Good review glad to see the Alpine get some attention, FYI Rosewood is not from Rose bushes...


----------



## JINKSTER (Mar 19, 2011)

Excellent review on what appears to be an excellent bow..Jason..i'm blown away at how fast, quiet and smooth it appears to be but did you say "Nylon" limb pockets?


----------



## Jason Balazs (Feb 10, 2007)

I know where the wood comes from lol. Just my dry sense of on film humor.. The Inter-Loc Limb Mounting System actually encases the limbs in a nylon liner that keeps them from contacting the riser, thus making the bow shoot quieter.


----------



## rolyat008 (Aug 6, 2010)

It actually shot around 7fps faster than its IBO... very impressive!


----------



## Ybuck (Apr 21, 2007)

WOW! Great reveiw.
Thanks.


----------



## stixshooter (Mar 18, 2006)

Jason Balazs said:


> I know where the wood comes from lol.
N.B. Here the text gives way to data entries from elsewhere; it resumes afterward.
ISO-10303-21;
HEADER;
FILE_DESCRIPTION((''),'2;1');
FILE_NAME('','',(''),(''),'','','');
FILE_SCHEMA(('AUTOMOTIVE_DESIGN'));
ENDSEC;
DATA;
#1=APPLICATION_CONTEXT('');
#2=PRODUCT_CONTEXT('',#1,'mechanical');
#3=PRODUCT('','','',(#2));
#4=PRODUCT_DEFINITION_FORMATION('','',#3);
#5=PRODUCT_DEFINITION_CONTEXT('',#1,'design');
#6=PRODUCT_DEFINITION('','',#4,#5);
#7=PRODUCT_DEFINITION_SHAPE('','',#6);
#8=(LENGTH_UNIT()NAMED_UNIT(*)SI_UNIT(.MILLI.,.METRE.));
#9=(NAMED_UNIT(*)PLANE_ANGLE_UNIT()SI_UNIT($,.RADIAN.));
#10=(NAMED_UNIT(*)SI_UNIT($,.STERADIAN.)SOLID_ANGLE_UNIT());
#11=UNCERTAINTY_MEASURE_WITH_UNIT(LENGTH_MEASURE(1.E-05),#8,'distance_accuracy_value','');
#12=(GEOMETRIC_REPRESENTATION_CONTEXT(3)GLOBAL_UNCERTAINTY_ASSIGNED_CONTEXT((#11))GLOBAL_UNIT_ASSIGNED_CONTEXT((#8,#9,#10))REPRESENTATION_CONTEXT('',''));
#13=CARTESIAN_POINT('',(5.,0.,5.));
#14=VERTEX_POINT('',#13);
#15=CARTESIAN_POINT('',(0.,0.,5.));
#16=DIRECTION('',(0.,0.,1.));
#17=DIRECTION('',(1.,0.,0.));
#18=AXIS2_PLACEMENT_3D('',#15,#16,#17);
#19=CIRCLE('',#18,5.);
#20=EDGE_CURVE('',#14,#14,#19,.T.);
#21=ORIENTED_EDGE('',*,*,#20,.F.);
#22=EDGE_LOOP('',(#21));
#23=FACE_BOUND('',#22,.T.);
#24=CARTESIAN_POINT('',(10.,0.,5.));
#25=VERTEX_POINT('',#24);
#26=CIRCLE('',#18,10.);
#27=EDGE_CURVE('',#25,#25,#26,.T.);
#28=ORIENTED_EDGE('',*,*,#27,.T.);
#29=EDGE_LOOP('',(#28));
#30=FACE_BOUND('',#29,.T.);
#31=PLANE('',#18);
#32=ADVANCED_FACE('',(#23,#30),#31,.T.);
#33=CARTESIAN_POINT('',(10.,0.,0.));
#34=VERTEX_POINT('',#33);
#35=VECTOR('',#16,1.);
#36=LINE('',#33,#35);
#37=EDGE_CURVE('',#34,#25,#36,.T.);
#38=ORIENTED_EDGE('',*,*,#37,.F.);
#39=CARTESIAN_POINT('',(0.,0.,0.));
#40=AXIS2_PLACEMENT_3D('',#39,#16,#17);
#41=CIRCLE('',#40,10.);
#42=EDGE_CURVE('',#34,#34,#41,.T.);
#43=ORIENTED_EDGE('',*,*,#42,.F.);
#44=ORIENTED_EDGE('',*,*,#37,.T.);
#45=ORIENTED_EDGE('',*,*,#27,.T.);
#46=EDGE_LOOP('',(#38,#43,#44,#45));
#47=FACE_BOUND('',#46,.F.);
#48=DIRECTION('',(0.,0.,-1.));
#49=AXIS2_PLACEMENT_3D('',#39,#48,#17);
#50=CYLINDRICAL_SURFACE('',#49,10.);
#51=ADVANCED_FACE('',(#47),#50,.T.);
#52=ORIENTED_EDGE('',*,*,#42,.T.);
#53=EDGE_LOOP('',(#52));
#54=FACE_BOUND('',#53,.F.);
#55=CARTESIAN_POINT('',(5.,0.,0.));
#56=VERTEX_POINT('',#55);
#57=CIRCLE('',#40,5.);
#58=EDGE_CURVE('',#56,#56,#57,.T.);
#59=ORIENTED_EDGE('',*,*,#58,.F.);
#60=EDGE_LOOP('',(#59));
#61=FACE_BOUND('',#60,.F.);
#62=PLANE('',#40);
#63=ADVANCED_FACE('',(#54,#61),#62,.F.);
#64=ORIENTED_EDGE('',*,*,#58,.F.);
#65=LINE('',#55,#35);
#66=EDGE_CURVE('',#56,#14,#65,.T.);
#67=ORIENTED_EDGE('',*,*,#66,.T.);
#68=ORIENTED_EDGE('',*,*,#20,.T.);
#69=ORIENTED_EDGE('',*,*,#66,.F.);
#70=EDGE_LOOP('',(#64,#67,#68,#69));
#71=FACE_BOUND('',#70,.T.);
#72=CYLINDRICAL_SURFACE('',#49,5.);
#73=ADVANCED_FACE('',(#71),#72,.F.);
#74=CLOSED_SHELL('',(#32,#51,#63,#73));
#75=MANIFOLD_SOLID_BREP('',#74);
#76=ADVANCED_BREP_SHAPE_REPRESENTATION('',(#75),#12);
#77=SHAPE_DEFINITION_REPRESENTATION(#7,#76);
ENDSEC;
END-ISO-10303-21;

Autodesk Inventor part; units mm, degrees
ref_plane "YZ Plane" through (0, 0, 0) normal (1, 0, 0) x (0, 1, 0)
ref_plane "XZ Plane" through (0, 0, 0) normal (0, 1, 0) x (-1, 0, 0)
ref_plane "XY Plane" through (0, 0, 0) normal (0, 0, 1) x (1, 0, 0)
sketch "Skizze3" plane through (0, 0, 0) normal (0, 0, 1) x (1, 0, 0)
  circle A0 centre (0, 0) radius 10
  circle A1 centre (0, 0) radius 5
  dimension "d4" = 20
  dimension "d5" = 10
extrude "Extrusion3" add sketch "Skizze3" along normal blind 5
properties part number "BT304_trajan20_21" material "Acryl"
Just my dry sense of on film humor.. The Inter-Loc Limb Mounting System actually encases the limbs in a nylon liner that keeps them from contacting the riser, thus making the bow shoot quieter.


LOL.... Man that is dry ... Nice review . IMO the majority of folks over look Alpine and are missing out on some very nice rigs


----------



## Scannerman (Mar 3, 2010)

I have one for sale. I prefer my Bowtech. I will make someone a great deal on the new bow with less than 25 shots through it.


----------